3 of 4 people found the following review helpful
5.0 out of 5 stars Black Stone Cherry seem unable to do any wrong!, 11 May 2014
This review is from: Magic Mountain (Audio CD)
A quick note for all. Most have already provided a short synopsis of this fantastic album and my intention here is to look at Magic Mountain in a little more detail for those who are interested. For those who wish only to know whether or not I recommend the album, and why. then skip to the end for my final overview.

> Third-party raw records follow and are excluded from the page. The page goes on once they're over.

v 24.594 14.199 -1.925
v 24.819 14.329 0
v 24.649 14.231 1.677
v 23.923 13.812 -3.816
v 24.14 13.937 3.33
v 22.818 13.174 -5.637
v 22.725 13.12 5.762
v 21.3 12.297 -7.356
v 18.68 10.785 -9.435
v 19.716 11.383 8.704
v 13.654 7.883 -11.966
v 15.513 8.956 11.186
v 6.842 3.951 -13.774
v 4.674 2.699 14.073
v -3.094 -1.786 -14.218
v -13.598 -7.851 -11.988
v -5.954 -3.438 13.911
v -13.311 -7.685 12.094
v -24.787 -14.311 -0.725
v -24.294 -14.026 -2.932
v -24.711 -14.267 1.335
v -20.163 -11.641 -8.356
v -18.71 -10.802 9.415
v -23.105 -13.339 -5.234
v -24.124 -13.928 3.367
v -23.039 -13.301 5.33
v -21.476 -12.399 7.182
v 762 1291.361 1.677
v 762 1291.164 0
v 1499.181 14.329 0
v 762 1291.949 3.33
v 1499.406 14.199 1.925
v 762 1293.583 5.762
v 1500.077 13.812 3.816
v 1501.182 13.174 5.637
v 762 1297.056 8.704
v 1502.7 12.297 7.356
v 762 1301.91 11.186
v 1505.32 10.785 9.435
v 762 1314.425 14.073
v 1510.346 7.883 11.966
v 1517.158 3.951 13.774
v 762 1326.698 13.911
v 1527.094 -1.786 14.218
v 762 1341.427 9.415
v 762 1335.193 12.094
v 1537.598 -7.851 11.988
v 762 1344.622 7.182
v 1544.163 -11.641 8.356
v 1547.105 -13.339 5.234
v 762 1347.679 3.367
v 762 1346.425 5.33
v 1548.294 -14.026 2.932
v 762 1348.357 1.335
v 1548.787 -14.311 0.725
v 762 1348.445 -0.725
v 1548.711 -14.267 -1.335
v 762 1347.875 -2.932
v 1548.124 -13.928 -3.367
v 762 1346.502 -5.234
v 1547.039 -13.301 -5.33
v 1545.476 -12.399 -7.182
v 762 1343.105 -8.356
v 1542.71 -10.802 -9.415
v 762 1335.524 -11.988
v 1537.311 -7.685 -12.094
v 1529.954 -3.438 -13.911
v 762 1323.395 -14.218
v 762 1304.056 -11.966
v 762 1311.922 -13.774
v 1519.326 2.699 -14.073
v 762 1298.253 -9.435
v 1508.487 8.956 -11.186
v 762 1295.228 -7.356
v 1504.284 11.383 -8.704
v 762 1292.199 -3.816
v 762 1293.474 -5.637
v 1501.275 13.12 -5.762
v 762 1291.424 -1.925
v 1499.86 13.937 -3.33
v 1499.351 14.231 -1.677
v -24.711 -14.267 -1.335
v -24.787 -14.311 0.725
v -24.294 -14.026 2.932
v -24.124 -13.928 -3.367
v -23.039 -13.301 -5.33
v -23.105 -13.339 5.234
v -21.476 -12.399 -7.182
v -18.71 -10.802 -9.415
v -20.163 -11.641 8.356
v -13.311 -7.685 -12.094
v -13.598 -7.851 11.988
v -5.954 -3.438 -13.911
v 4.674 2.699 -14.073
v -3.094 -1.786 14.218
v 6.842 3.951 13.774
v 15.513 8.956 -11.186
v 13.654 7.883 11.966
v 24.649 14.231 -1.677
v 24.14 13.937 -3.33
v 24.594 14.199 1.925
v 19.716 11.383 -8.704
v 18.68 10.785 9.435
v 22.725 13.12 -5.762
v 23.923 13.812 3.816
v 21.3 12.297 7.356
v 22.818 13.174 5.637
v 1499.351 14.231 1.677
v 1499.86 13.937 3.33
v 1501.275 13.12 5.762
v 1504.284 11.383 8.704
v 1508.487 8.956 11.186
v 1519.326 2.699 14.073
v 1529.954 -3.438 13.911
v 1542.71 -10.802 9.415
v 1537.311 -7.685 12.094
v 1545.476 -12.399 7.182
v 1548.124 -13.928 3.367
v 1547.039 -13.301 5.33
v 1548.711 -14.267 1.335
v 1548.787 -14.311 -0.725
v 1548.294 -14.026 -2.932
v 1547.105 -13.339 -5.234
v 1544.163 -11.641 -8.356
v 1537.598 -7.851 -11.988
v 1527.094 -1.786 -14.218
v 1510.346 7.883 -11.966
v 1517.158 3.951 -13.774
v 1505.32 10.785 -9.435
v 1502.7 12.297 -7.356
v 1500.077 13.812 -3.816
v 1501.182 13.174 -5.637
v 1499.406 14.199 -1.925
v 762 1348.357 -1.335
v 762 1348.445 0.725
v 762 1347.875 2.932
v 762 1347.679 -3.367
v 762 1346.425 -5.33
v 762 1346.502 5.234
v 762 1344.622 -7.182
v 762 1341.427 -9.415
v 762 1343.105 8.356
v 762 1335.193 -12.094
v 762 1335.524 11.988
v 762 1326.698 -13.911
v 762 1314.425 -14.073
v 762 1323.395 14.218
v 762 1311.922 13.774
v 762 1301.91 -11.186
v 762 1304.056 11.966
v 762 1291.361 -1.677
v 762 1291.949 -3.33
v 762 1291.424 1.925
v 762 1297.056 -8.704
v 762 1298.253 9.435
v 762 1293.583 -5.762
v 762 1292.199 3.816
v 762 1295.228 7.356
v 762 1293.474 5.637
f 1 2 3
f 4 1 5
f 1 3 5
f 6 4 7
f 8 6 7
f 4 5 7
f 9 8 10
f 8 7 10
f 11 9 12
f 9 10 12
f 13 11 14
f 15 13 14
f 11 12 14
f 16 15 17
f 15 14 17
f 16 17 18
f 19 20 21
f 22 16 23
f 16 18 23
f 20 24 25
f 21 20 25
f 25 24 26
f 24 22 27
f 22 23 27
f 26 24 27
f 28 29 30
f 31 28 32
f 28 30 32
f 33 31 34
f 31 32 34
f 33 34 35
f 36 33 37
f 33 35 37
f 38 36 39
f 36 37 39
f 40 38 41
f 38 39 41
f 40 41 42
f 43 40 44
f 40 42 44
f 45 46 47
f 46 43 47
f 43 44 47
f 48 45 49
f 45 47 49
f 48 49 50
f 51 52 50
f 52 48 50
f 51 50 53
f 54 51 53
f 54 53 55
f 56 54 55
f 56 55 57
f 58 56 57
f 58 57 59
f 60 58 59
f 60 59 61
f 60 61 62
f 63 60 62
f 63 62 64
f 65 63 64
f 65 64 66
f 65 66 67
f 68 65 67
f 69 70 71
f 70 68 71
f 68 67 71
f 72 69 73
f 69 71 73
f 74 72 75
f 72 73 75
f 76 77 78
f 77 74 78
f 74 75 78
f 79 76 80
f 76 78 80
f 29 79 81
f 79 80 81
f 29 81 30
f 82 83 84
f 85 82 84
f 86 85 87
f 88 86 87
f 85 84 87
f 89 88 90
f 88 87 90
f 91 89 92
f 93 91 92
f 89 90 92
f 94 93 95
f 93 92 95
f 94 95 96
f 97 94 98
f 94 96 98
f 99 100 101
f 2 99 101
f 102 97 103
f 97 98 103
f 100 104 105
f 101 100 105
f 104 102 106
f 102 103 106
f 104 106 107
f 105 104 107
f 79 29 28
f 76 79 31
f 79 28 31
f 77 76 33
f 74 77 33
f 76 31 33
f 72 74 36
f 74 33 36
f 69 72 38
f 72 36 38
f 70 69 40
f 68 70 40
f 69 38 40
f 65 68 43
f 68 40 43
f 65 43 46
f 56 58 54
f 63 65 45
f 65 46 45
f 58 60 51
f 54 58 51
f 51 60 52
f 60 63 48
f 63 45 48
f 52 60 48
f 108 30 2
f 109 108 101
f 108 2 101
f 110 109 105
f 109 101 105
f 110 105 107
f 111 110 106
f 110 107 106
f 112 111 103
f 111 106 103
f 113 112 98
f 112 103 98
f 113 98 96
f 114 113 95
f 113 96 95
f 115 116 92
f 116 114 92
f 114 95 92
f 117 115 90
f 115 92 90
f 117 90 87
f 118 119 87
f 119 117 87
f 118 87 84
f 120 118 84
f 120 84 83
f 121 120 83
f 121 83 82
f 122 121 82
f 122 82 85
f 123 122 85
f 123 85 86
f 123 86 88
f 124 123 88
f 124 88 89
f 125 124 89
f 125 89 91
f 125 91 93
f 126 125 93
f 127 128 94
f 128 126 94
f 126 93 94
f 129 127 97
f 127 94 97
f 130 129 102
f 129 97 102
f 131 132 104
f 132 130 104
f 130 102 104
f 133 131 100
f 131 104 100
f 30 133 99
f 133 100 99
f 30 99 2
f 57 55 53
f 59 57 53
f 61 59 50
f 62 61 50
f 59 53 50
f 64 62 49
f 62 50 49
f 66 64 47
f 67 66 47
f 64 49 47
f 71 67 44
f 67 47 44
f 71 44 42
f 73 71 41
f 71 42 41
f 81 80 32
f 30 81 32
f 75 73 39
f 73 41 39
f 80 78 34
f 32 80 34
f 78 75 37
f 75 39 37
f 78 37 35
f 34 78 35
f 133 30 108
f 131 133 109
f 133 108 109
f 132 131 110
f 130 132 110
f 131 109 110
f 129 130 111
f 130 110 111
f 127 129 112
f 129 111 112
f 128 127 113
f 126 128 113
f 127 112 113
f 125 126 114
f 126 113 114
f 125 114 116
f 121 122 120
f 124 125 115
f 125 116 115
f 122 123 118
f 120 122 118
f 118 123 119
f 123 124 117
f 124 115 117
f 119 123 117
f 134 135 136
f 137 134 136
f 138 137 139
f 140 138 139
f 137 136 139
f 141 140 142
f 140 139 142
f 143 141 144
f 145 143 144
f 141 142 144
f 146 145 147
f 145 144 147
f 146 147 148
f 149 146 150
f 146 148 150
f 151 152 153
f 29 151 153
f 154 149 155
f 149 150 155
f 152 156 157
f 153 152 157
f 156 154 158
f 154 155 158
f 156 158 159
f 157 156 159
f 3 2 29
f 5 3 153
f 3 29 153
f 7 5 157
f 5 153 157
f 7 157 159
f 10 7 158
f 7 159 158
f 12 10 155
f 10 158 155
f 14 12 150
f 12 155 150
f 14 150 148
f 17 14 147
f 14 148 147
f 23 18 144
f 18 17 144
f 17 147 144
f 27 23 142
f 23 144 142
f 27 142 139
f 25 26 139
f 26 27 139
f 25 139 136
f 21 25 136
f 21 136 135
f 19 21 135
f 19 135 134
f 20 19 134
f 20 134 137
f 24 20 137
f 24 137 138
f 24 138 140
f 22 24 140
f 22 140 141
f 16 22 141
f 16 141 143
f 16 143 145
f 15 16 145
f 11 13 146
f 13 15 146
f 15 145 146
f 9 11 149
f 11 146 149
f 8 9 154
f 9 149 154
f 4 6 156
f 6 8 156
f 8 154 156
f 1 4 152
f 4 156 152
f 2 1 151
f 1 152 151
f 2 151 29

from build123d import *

# Parameters (mm, degrees)
STRUCTURAL_MEMBER1_DEPTH      = 1560.099742815
STRUCTURAL_MEMBER1_DEPTH_BACK = 36.099742815
SKETCH11_R                    = 14.32941
SKETCH11_ON_SEGMENT_2_R       = 14.32941
STRUCTURAL_MEMBER1_2_DEPTH    = 1596.19948563
SKETCH11_ON_SEGMENT_3_R       = 14.32941
STRUCTURAL_MEMBER1_3_DEPTH    = 1596.19948563


with BuildPart() as part:
    # Sketch11 → Structural Member1 (new, two sides: drawn at the far end of the back side and taken through both)
    with BuildSketch(Plane(origin=(762, 1319.822715367, 0), x_dir=(0.8660254037844399, -0.49999999999999784, 0), z_dir=(-0.49999999999999784, -0.8660254037844399, 0)).offset(-STRUCTURAL_MEMBER1_DEPTH_BACK)):
        Circle(SKETCH11_R)
    extrude(amount=STRUCTURAL_MEMBER1_DEPTH + STRUCTURAL_MEMBER1_DEPTH_BACK)

    # Structural Member1 mitre 1
    split(bisect_by=Plane(origin=(762, 1319.822715367, 0), x_dir=(0, -1, 0), z_dir=(-1, 0, 0)), keep=Keep.TOP)

    # Structural Member1 mitre 2
    split(bisect_by=Plane(origin=(0, 0, 0), x_dir=(-0.866025404, -0.5, 0), z_dir=(-0.5, 0.866025404, 0)), keep=Keep.TOP)


with BuildPart() as body_2:
    # Sketch11 on segment 2 (carried to segment 2) → Structural Member1 2 (new body)
    with BuildSketch(Plane.YZ.offset(-36.099742815)):
        Circle(SKETCH11_ON_SEGMENT_2_R)
    extrude(amount=STRUCTURAL_MEMBER1_2_DEPTH)

    # Structural Member1 2 mitre 1
    split(bisect_by=Plane(origin=(0, 0, 0), x_dir=(0.866025404, 0.5, 0), z_dir=(0.5, -0.866025404, 0)), keep=Keep.TOP)

    # Structural Member1 2 mitre 2
    split(bisect_by=Plane(origin=(1524, 0, 0), x_dir=(0.866025404, -0.5, 0), z_dir=(-0.5, -0.866025404, 0)), keep=Keep.TOP)


with BuildPart() as body_3:
    # Sketch11 on segment 3 (carried to segment 3) → Structural Member1 3 (new body)
    with BuildSketch(Plane(origin=(1542.049871408, -31.263294348, 0), x_dir=(-0.866025404, -0.5, 0), z_dir=(-0.5, 0.866025404, 0))):
        Circle(SKETCH11_ON_SEGMENT_3_R)
    extrude(amount=STRUCTURAL_MEMBER1_3_DEPTH)

    # Structural Member1 3 mitre 1
    split(bisect_by=Plane(origin=(1524, 0, 0), x_dir=(-0.866025404, 0.5, 0), z_dir=(0.5, 0.866025404, 0)), keep=Keep.TOP)

    # Structural Member1 3 mitre 2
    split(bisect_by=Plane(origin=(762, 1319.822715367, 0), x_dir=(0, 1, 0), z_dir=(1, 0, 0)), keep=Keep.TOP)


solid = Compound([part.part, body_2.part, body_3.part])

So...Black Stone Cherry. I was actually introduced to this band by Amazon. Under their recomendation I purchased their debut album and from the moment Rain Wizard blared out of my speakers I was hooked. Since then the Cherry have become one of my favourite bands and have, in my opinion, improved album after album. Between the Devill... was a stellar release and my expectations for this 4th release were sky high. I'm ecstatic to say that in no way am I disappointed. Without further ado let's get down to the tracks.

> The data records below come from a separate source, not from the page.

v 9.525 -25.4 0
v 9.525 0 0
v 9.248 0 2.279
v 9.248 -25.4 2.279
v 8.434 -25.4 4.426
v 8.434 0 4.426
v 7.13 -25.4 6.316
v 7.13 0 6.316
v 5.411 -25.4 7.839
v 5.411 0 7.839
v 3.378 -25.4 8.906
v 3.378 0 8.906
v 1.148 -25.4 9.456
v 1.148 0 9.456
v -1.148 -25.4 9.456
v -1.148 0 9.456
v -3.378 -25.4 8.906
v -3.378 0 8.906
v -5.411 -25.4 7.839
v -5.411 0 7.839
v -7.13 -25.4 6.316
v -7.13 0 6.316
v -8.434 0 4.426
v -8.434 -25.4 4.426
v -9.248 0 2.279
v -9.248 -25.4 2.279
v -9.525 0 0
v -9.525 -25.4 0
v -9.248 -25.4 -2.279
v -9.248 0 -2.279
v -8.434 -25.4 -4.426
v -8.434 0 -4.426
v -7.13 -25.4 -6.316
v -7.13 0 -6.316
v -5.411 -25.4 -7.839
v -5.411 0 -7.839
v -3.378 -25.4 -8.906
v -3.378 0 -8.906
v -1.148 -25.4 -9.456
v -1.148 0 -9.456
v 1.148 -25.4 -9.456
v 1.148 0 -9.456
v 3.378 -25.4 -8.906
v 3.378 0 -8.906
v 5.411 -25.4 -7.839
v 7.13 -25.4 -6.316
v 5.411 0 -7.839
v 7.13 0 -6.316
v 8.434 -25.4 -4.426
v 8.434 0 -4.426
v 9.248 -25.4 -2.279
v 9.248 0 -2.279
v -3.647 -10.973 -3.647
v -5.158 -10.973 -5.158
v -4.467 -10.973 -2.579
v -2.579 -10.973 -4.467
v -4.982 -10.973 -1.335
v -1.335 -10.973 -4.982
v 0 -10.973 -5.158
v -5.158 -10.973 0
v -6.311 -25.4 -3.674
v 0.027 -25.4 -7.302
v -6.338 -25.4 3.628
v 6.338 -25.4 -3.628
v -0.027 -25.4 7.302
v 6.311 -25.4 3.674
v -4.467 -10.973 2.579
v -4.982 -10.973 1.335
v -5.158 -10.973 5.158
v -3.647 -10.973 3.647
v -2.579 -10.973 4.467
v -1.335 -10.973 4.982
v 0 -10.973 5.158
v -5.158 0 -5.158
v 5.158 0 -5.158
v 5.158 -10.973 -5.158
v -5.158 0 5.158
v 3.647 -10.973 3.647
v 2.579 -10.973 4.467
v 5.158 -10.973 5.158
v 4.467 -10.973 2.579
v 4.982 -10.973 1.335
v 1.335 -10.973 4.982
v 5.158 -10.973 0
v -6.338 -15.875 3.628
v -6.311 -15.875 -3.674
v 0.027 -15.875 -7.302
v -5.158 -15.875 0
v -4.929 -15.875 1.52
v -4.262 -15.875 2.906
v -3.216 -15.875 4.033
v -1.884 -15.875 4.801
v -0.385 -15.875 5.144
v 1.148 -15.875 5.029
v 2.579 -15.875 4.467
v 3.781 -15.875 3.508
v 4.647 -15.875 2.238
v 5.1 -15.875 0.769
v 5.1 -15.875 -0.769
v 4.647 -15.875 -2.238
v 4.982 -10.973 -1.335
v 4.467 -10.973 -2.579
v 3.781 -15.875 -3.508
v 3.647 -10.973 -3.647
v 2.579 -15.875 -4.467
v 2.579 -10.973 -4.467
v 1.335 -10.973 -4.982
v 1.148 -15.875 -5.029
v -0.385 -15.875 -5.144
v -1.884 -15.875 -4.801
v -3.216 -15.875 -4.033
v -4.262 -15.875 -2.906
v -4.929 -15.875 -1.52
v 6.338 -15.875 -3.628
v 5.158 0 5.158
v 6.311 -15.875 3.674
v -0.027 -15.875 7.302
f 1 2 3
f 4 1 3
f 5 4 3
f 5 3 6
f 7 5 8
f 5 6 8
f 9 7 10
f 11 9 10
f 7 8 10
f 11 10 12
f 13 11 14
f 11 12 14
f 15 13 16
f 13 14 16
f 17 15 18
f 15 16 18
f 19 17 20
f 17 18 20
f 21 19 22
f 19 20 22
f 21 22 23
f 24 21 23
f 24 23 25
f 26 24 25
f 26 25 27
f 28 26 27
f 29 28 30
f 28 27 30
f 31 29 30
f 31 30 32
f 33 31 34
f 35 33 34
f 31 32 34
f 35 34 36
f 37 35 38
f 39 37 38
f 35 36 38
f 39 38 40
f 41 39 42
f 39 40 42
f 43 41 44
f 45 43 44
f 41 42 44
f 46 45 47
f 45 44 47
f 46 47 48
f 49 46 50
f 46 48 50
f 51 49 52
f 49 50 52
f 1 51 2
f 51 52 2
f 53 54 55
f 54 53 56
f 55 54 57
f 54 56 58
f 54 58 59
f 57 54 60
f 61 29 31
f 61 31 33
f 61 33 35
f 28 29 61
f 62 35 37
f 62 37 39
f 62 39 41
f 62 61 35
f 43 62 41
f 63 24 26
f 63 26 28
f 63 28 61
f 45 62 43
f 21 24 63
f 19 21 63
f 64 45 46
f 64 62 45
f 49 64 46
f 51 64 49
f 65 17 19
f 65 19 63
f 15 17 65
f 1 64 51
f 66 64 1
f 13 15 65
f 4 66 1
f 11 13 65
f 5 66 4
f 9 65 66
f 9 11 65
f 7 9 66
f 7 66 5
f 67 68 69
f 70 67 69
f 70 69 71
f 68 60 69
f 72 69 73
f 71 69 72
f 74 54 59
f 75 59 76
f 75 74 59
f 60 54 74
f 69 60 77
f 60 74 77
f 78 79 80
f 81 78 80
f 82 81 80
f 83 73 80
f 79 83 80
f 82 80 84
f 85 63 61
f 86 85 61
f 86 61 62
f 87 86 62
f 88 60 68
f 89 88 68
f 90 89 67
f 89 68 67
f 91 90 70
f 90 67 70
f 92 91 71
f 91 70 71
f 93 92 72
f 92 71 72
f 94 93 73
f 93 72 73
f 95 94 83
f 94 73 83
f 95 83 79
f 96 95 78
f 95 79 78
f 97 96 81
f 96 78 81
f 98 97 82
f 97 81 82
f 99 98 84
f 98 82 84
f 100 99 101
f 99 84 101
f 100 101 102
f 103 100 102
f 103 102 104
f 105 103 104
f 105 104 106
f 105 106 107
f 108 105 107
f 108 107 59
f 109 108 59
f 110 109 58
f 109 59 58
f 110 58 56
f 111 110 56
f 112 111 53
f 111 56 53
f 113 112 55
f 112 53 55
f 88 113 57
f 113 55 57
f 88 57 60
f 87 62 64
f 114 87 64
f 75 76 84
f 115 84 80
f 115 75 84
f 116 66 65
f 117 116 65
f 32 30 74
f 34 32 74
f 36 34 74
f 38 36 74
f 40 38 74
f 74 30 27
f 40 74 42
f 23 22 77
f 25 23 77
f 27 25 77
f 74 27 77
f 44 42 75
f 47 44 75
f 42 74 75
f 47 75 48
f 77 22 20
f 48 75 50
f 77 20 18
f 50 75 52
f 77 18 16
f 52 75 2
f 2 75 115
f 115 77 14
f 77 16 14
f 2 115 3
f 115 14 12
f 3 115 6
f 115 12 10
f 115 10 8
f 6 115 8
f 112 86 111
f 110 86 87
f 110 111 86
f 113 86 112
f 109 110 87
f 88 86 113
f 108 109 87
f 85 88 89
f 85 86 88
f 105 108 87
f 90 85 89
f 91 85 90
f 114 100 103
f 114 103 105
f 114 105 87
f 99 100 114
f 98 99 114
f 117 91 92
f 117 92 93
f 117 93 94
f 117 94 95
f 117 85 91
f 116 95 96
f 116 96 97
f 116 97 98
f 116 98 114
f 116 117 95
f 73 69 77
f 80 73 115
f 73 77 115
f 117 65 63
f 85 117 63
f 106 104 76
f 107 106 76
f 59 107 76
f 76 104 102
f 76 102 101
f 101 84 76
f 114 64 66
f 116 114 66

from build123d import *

# Parameters (mm, degrees)
F0_R     = 9.525
F1_DEPTH = 25.4
F3_DEPTH = 9.525
F5_W     = 10.315952
F5_H     = 10.315952
F6_DEPTH = 10.9728
F4_R     = 5.157976
F7_DEPTH = 25.401


with BuildPart() as f1:
    # F0 (on Front) → F1 (new body)
    with BuildSketch(Plane.XZ):
        Circle(F0_R)
    extrude(amount=F1_DEPTH)

    # F2 (on face) → F3 (cut)
    with BuildSketch(Plane.XZ.offset(25.4)):
        Polygon((6.310741, 3.674476), (-0.026819, 7.3025), (-6.33756, 3.628024), (-6.310741, -3.674476), (0.026819, -7.3025), (6.33756, -3.628024), align=None)
    extrude(amount=-F3_DEPTH, mode=Mode.SUBTRACT)

    # F5 (on Front) → F6 (cut)
    with BuildSketch(Plane.XZ):
        Rectangle(F5_W, F5_H)
    extrude(amount=F6_DEPTH, mode=Mode.SUBTRACT)

    # F4 (on face) → F7 (cut, through all)
    with BuildSketch(Plane(origin=(0, 0, 0), x_dir=(-1, 0, 0), z_dir=(0, 1, 0))):
        Circle(F4_R)
    extrude(amount=-F7_DEPTH, mode=Mode.SUBTRACT)


solid = f1.part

1. Holding On...To Letting Go: Black Stone Cherry have a bit of a knack for opening songs, particularly in Rain Wizzard and Blind Man. I must admit here then, that on first listen Holding On... didn't seem quite to hold up to those amazing tracks. However, after a few spins of the record it emerges as a fantastic track, if not quite at the standards of albums gone by. The lead off riff is fast and furious but it is undoubtedly the chorus, as is the case with so many tracks on this album, that really lifts the track. Cherry are surely the Bon Jovi of modern southern rock. They constantly hit you with huge, catchy, and frankly outstanding, chorus's that just imprint in your brain long after the 13th track comes to a close. This opener sets the already high standard in this respect and will undoubtedly transfer well live, again like so many tracks here.

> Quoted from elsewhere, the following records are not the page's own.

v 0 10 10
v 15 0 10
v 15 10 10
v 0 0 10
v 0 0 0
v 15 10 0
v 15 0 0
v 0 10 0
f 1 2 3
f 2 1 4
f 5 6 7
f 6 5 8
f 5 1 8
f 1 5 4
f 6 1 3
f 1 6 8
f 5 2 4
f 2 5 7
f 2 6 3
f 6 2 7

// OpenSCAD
union() { color("red") cube(10); color("blue") translate([5,0,0]) cube(10); }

2. Peace Pipe: Track number 2 comes in with a fantastic groove that gives way to a typically southern style slide riff. Where does the track come alive you may wonder? Or probably you've already guessed. The chours comes in with a much softer undercurrent musically but in characteristically catchy fashion. Following the second chorus we arrive at a simply brilliant solo section which drifts from speaker to speaker. Towards the end of the song Robertson flexes his outstanding vocals to give an already fantastic track some added oomph.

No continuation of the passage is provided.